> Input for this task
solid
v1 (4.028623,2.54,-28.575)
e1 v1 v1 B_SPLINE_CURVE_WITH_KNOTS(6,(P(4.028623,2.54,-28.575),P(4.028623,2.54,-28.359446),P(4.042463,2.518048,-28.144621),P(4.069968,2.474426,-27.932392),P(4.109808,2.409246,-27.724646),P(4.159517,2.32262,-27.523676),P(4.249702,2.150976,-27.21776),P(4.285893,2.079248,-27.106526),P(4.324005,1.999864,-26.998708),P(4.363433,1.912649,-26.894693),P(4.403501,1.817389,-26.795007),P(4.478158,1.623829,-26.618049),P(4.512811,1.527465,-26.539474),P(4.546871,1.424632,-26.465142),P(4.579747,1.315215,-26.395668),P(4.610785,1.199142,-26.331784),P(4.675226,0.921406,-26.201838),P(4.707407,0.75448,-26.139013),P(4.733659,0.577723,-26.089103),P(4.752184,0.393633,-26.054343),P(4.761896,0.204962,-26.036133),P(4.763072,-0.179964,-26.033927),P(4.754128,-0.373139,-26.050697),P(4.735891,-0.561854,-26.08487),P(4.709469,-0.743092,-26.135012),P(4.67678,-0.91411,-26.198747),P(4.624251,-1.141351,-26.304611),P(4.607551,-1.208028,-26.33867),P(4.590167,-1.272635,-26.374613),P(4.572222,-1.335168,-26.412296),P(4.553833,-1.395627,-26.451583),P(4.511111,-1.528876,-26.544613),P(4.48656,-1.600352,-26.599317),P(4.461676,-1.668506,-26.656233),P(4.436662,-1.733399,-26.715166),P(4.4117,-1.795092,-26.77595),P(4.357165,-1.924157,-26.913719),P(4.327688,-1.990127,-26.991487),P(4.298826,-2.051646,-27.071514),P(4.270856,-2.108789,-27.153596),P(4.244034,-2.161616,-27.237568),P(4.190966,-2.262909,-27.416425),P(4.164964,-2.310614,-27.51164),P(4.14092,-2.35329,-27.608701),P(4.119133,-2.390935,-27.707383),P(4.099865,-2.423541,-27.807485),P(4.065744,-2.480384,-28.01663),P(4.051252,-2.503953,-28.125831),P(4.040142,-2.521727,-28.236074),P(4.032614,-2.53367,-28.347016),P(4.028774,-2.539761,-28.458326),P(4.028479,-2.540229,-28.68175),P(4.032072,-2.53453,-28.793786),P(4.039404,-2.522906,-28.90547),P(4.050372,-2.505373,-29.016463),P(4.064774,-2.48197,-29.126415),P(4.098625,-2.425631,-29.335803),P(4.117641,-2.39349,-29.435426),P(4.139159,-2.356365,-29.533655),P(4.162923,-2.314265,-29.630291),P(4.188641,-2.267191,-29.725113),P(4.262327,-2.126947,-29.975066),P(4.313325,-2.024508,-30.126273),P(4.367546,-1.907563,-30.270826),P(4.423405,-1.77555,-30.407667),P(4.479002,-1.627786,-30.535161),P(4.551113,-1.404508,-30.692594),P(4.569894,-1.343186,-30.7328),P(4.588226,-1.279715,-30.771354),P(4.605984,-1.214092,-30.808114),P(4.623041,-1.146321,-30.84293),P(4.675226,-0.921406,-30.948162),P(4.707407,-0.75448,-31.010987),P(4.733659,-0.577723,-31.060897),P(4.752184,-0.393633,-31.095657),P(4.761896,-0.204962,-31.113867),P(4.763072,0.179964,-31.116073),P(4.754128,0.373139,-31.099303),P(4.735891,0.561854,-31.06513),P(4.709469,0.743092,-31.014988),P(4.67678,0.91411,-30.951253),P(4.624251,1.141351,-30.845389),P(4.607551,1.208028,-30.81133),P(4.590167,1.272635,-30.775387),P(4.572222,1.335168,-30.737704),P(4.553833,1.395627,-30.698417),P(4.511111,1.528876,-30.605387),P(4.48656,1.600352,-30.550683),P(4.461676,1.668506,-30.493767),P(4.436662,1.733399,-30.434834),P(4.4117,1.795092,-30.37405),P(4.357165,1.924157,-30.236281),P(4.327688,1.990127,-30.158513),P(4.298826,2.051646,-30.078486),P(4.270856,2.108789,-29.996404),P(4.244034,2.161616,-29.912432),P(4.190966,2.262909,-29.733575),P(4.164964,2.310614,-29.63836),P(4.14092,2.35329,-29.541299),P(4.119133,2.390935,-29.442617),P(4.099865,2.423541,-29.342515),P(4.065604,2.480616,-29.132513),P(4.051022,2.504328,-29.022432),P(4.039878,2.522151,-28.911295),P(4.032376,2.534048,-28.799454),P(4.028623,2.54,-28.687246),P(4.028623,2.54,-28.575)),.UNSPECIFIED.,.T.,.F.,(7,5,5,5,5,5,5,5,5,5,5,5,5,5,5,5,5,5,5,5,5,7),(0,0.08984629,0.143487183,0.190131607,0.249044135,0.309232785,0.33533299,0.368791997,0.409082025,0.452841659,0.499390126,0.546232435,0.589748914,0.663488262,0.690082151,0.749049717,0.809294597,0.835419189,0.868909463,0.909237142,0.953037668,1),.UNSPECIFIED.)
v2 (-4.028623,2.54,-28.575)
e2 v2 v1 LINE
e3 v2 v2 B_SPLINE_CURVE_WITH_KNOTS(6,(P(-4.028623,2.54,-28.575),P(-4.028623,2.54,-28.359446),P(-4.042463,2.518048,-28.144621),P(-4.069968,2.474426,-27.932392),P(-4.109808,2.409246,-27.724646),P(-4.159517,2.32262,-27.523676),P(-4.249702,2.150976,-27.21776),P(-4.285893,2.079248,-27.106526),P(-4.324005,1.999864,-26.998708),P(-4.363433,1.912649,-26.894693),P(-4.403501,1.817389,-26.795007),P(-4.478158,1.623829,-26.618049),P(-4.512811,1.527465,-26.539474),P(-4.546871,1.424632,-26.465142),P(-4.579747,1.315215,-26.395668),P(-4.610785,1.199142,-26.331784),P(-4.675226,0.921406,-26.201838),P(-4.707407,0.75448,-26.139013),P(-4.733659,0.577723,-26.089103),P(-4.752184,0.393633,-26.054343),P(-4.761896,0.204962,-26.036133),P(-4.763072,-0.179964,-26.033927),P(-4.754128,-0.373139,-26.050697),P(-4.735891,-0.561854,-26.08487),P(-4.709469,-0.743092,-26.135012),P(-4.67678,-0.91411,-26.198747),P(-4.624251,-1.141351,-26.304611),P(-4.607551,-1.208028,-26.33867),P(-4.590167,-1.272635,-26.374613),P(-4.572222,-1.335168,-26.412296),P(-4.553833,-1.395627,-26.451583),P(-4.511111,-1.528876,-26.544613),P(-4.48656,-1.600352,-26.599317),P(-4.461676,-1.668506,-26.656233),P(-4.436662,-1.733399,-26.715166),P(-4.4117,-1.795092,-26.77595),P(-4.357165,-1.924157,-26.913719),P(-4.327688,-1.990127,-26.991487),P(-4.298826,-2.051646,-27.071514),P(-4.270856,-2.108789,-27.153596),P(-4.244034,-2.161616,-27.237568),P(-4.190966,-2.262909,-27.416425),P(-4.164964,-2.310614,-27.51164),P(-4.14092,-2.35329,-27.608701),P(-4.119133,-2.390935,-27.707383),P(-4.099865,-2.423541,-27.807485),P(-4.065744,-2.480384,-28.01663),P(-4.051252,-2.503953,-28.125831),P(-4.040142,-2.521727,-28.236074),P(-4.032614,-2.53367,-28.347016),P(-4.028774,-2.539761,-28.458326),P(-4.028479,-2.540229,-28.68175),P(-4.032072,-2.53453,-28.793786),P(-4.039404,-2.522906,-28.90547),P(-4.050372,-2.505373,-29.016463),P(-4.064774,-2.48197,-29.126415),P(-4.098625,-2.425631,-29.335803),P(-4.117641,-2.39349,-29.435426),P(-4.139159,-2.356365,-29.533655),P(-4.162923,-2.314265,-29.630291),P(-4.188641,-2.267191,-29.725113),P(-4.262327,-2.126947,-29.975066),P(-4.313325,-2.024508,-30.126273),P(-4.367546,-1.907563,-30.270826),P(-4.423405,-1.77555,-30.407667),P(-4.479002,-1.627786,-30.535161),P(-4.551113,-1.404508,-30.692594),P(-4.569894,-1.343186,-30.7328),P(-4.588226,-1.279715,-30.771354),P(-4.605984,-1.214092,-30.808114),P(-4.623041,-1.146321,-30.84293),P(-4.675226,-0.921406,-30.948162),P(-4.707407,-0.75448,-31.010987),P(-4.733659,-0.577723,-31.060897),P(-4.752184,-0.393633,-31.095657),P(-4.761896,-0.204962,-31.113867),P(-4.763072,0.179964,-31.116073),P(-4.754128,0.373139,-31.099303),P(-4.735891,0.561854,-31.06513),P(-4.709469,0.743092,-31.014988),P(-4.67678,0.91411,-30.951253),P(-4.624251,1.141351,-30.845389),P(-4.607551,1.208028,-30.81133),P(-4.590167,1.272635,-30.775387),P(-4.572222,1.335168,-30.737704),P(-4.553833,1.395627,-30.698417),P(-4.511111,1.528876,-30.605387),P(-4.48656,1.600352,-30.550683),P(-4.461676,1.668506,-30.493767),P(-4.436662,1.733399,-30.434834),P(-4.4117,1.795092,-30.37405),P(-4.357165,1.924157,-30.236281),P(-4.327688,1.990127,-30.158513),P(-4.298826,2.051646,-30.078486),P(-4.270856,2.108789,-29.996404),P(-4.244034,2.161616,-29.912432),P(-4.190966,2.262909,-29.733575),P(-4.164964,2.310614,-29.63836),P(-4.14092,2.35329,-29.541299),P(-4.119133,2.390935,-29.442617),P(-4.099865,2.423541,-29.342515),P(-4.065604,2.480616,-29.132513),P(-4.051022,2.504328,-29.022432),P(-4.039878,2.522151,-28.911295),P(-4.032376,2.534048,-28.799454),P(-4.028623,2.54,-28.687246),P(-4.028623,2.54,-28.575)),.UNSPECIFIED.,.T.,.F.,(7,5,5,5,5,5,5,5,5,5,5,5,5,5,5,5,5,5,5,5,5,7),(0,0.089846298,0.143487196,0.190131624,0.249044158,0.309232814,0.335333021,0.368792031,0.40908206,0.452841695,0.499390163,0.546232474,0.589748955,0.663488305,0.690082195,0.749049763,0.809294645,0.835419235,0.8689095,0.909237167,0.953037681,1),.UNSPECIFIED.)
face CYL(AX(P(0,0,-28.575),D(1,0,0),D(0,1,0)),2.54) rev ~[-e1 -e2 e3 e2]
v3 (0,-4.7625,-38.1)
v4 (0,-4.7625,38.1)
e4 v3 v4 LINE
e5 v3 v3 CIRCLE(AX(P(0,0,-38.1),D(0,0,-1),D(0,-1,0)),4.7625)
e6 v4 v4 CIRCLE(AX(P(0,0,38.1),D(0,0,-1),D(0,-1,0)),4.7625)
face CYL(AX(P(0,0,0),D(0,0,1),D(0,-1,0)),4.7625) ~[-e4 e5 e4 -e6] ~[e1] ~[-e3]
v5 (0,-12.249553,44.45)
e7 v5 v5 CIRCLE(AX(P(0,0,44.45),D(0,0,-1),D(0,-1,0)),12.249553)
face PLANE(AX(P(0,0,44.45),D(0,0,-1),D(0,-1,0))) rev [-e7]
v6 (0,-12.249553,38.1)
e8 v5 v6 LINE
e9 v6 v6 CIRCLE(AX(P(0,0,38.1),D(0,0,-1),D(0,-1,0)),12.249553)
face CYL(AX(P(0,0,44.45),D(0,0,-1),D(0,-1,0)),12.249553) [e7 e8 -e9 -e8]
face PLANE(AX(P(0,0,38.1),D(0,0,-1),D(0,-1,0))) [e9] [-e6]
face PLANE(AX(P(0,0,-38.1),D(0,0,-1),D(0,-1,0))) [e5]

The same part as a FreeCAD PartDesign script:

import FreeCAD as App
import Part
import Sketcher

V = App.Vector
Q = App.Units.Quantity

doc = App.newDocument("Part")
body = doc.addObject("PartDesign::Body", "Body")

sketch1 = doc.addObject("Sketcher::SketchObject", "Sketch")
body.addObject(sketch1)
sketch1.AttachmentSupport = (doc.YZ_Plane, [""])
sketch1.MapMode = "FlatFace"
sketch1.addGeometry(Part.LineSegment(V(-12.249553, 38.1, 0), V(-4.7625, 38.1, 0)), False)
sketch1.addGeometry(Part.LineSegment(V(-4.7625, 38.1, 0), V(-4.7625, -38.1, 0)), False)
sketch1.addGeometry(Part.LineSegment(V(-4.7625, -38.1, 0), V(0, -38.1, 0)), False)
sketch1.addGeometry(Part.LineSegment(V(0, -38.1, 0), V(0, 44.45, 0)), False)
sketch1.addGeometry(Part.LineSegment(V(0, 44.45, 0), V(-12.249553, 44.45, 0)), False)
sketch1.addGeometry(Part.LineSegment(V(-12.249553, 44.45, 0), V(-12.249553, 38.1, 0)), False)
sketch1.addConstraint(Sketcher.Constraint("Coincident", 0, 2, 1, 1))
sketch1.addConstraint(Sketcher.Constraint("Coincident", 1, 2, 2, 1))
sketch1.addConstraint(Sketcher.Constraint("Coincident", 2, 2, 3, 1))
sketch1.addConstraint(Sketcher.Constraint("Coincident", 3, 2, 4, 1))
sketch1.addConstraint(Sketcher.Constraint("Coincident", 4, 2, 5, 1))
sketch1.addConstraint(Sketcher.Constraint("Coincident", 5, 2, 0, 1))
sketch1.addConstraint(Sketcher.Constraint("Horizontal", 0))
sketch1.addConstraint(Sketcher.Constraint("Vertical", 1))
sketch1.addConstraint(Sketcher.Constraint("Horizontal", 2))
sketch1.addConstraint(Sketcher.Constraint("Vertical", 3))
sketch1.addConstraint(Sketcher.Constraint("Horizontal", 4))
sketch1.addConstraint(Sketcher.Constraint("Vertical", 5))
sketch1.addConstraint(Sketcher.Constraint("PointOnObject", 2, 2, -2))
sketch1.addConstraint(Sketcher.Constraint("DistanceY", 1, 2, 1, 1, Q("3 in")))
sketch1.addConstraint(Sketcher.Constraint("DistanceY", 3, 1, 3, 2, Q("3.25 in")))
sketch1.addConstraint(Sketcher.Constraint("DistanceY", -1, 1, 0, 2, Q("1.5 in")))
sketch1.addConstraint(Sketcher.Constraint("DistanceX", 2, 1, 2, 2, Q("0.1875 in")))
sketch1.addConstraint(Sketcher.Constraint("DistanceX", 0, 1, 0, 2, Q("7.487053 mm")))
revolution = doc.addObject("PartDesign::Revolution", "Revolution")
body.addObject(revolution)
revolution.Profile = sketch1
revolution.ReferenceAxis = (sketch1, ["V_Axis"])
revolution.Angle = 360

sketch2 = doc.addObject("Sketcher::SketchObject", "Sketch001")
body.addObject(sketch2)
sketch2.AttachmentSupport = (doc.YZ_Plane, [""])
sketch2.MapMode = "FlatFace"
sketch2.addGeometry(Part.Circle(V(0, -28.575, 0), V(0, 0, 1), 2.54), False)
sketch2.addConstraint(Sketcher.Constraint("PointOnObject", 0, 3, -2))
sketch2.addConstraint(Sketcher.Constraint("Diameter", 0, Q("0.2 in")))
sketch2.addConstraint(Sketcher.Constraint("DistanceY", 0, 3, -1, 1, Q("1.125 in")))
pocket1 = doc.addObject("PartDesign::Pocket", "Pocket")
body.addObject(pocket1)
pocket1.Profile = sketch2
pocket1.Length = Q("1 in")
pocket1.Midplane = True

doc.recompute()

> Work item
Transcribe the records above exactly, beginning at the line that contains "face PLANE(AX(P(0,0,38.1),D(0,0,-1),D(0,-1,0))) [e9]" and ending with the line that contains "The same part", both included, and nothing else.

> Result for this task
face PLANE(AX(P(0,0,38.1),D(0,0,-1),D(0,-1,0))) [e9] [-e6]
face PLANE(AX(P(0,0,-38.1),D(0,0,-1),D(0,-1,0))) [e5]

The same part as a FreeCAD PartDesign script:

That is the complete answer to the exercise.